The Yahoo! UI library focuses on using addEventListener and
attachEvent. However, due to the click and dblclick bugs in Safari a
long legacy event workaround is included to use a Netscape4-type event
model for Safari. Something like this
var listeners = [function(event){}, function(event){}];
document.getElementById('blue').onmouseover = function(event) {
for (var i=0; i<listeners.length; i++) {
listeners[i](event);
}
};
With this above example, multiple handler functions can be fired for a
single event. I imagine that this is an old trick that has been around
for a long time, yes?
With all the new browsers I tested with this legacy workaround, the
listener handlers can use event.stopPropogation() or
event.cancelBubble=true and they work as desired.
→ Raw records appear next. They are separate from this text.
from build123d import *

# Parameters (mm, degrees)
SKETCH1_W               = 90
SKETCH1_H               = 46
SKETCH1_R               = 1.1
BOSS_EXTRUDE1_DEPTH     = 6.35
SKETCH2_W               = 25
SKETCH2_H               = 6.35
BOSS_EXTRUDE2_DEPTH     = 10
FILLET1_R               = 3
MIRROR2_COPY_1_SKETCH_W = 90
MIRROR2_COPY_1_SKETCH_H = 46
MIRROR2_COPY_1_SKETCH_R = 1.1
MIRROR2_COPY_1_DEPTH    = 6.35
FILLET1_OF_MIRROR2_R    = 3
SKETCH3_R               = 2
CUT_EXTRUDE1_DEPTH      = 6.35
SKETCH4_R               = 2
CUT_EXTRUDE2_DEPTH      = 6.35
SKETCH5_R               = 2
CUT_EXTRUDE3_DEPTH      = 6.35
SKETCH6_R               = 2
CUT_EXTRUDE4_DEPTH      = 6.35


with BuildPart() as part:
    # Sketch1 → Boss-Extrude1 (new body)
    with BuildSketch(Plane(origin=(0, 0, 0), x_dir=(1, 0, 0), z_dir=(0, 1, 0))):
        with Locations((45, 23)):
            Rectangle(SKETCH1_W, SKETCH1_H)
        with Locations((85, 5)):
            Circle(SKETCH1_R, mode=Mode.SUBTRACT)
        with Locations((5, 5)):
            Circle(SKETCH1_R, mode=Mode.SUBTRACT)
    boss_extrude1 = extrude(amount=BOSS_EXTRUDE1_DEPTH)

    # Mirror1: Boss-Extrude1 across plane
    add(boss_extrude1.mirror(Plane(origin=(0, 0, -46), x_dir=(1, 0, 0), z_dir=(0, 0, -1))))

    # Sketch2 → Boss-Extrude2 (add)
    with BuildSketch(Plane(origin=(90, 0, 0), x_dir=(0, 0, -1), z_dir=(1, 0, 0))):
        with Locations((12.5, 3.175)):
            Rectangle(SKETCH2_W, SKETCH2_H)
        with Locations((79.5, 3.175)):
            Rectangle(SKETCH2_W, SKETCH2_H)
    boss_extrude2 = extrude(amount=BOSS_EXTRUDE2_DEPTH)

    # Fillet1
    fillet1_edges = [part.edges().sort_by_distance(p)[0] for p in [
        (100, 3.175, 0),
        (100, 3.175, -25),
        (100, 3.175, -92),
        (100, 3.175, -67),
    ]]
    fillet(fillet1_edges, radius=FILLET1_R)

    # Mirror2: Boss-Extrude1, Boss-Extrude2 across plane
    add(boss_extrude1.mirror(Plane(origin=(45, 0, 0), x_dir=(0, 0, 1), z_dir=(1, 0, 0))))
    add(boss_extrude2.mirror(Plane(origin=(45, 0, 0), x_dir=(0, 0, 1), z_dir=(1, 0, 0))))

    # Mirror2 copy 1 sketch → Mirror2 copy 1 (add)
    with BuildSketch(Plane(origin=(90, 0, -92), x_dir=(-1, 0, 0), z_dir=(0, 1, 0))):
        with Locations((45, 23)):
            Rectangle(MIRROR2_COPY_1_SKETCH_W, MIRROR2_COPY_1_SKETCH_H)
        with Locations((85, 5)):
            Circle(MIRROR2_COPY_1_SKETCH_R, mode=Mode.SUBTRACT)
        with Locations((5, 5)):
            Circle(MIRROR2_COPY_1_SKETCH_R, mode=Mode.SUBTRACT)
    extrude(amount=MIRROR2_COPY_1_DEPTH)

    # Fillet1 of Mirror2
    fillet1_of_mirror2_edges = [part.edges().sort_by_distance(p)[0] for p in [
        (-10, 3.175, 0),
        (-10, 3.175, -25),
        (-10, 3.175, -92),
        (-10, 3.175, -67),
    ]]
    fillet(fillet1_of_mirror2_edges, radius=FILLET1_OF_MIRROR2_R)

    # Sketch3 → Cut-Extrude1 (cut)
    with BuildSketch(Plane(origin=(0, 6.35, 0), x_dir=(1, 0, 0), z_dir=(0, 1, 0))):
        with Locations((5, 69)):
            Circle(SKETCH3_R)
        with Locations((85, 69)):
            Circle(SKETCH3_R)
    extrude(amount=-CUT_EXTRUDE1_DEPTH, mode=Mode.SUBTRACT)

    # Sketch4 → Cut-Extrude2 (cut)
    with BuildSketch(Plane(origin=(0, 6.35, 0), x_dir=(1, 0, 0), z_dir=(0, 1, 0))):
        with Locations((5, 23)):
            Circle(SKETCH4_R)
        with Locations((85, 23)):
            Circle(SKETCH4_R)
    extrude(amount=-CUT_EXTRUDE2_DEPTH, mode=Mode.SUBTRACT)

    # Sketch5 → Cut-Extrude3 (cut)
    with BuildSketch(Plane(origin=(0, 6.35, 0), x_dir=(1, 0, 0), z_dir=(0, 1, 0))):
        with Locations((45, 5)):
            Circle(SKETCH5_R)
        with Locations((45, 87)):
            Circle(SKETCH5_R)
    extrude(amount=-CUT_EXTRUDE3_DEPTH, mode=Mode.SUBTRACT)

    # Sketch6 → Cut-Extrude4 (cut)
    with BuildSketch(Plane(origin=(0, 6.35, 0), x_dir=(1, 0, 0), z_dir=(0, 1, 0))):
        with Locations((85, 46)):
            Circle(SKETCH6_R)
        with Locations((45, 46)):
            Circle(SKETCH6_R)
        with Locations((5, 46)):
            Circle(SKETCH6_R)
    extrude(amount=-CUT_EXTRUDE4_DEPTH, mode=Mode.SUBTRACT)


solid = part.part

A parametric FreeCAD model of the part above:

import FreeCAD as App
import Part
import Sketcher
Q = App.Units.Quantity


def edges_at(feature, points):
    """Names of the edges that pass closest to the given points."""
    edges = feature.Shape.Edges
    near = lambda p: min(range(len(edges)), key=lambda i: edges[i].distToShape(Part.Vertex(*p))[0])
    return sorted({f"Edge{near(p) + 1}" for p in points})

doc = App.newDocument("Part")
params = doc.addObject("Spreadsheet::Sheet", "Params")
for row, (alias, value) in enumerate([
    ("sketch1_diameter", "2.2 mm"),
    ("sketch1_width", "90 mm"),
    ("sketch1_height", "46 mm"),
    ("pad1_length", "6.35 mm"),
    ("sketch2_height", "25 mm"),
    ("sketch2_width", "6.35 mm"),
    ("pad2_length", "10 mm"),
    ("fillet_radius", "3 mm"),
    ("sketch3_diameter", "2.2 mm"),
    ("sketch3_width", "90 mm"),
    ("sketch3_height", "46 mm"),
    ("pad3_length", "6.35 mm"),
    ("fillet2_radius", "3 mm"),
    ("sketch4_diameter", "4 mm"),
    ("pocket1_length", "6.35 mm"),
    ("sketch5_diameter", "4 mm"),
    ("pocket2_length", "6.35 mm"),
    ("sketch6_diameter", "4 mm"),
    ("pocket3_length", "6.35 mm"),
    ("sketch7_diameter", "4 mm"),
    ("pocket4_length", "6.35 mm"),
], start=1):
    params.set(f"A{row}", alias)
    params.set(f"B{row}", "=" + value)
    params.setAlias(f"B{row}", alias)

body = doc.addObject("PartDesign::Body", "Body")

# Sketch on XZ plane
sketch1 = body.newObject("Sketcher::SketchObject", "Sketch")
sketch1.AttachmentSupport = (doc.getObject("XZ_Plane"), [""])
sketch1.MapMode = "FlatFace"
sketch1.addGeometry([
    Part.LineSegment(App.Vector(0, -46, 0), App.Vector(0, 0, 0)),  # 0
    Part.LineSegment(App.Vector(0, 0, 0), App.Vector(90, 0, 0)),  # 1
    Part.LineSegment(App.Vector(90, 0, 0), App.Vector(90, -46, 0)),  # 2
    Part.LineSegment(App.Vector(90, -46, 0), App.Vector(0, -46, 0)),  # 3
    Part.Circle(App.Vector(5, -5, 0), App.Vector(0, 0, 1), 1.1),  # 4
    Part.Circle(App.Vector(85, -5, 0), App.Vector(0, 0, 1), 1.1),  # 5
], False)
sketch1.addConstraint([
    Sketcher.Constraint("Coincident", 0, 2, 1, 1),
    Sketcher.Constraint("Coincident", 1, 2, 2, 1),
    Sketcher.Constraint("Coincident", 2, 2, 3, 1),
    Sketcher.Constraint("Coincident", 3, 2, 0, 1),
    Sketcher.Constraint("Vertical", 0),
    Sketcher.Constraint("Horizontal", 1),
    Sketcher.Constraint("Vertical", 2),
    Sketcher.Constraint("Horizontal", 3),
The handler functions
can also use event.preventDefault() and event.returnValue=false and
they too work. These seem to work because the event object passed to
the handlers is a modern event object and not one from Netscape4.
My question is, if Safari needs this legacy workaround, and the legacy
workaround seems to work in all the browsers that have addEventListener
or attachEvent, then why bother with the addEventListener and
attachEvent functions at all? Why not just use the legacy way for all
browsers and all type of events.?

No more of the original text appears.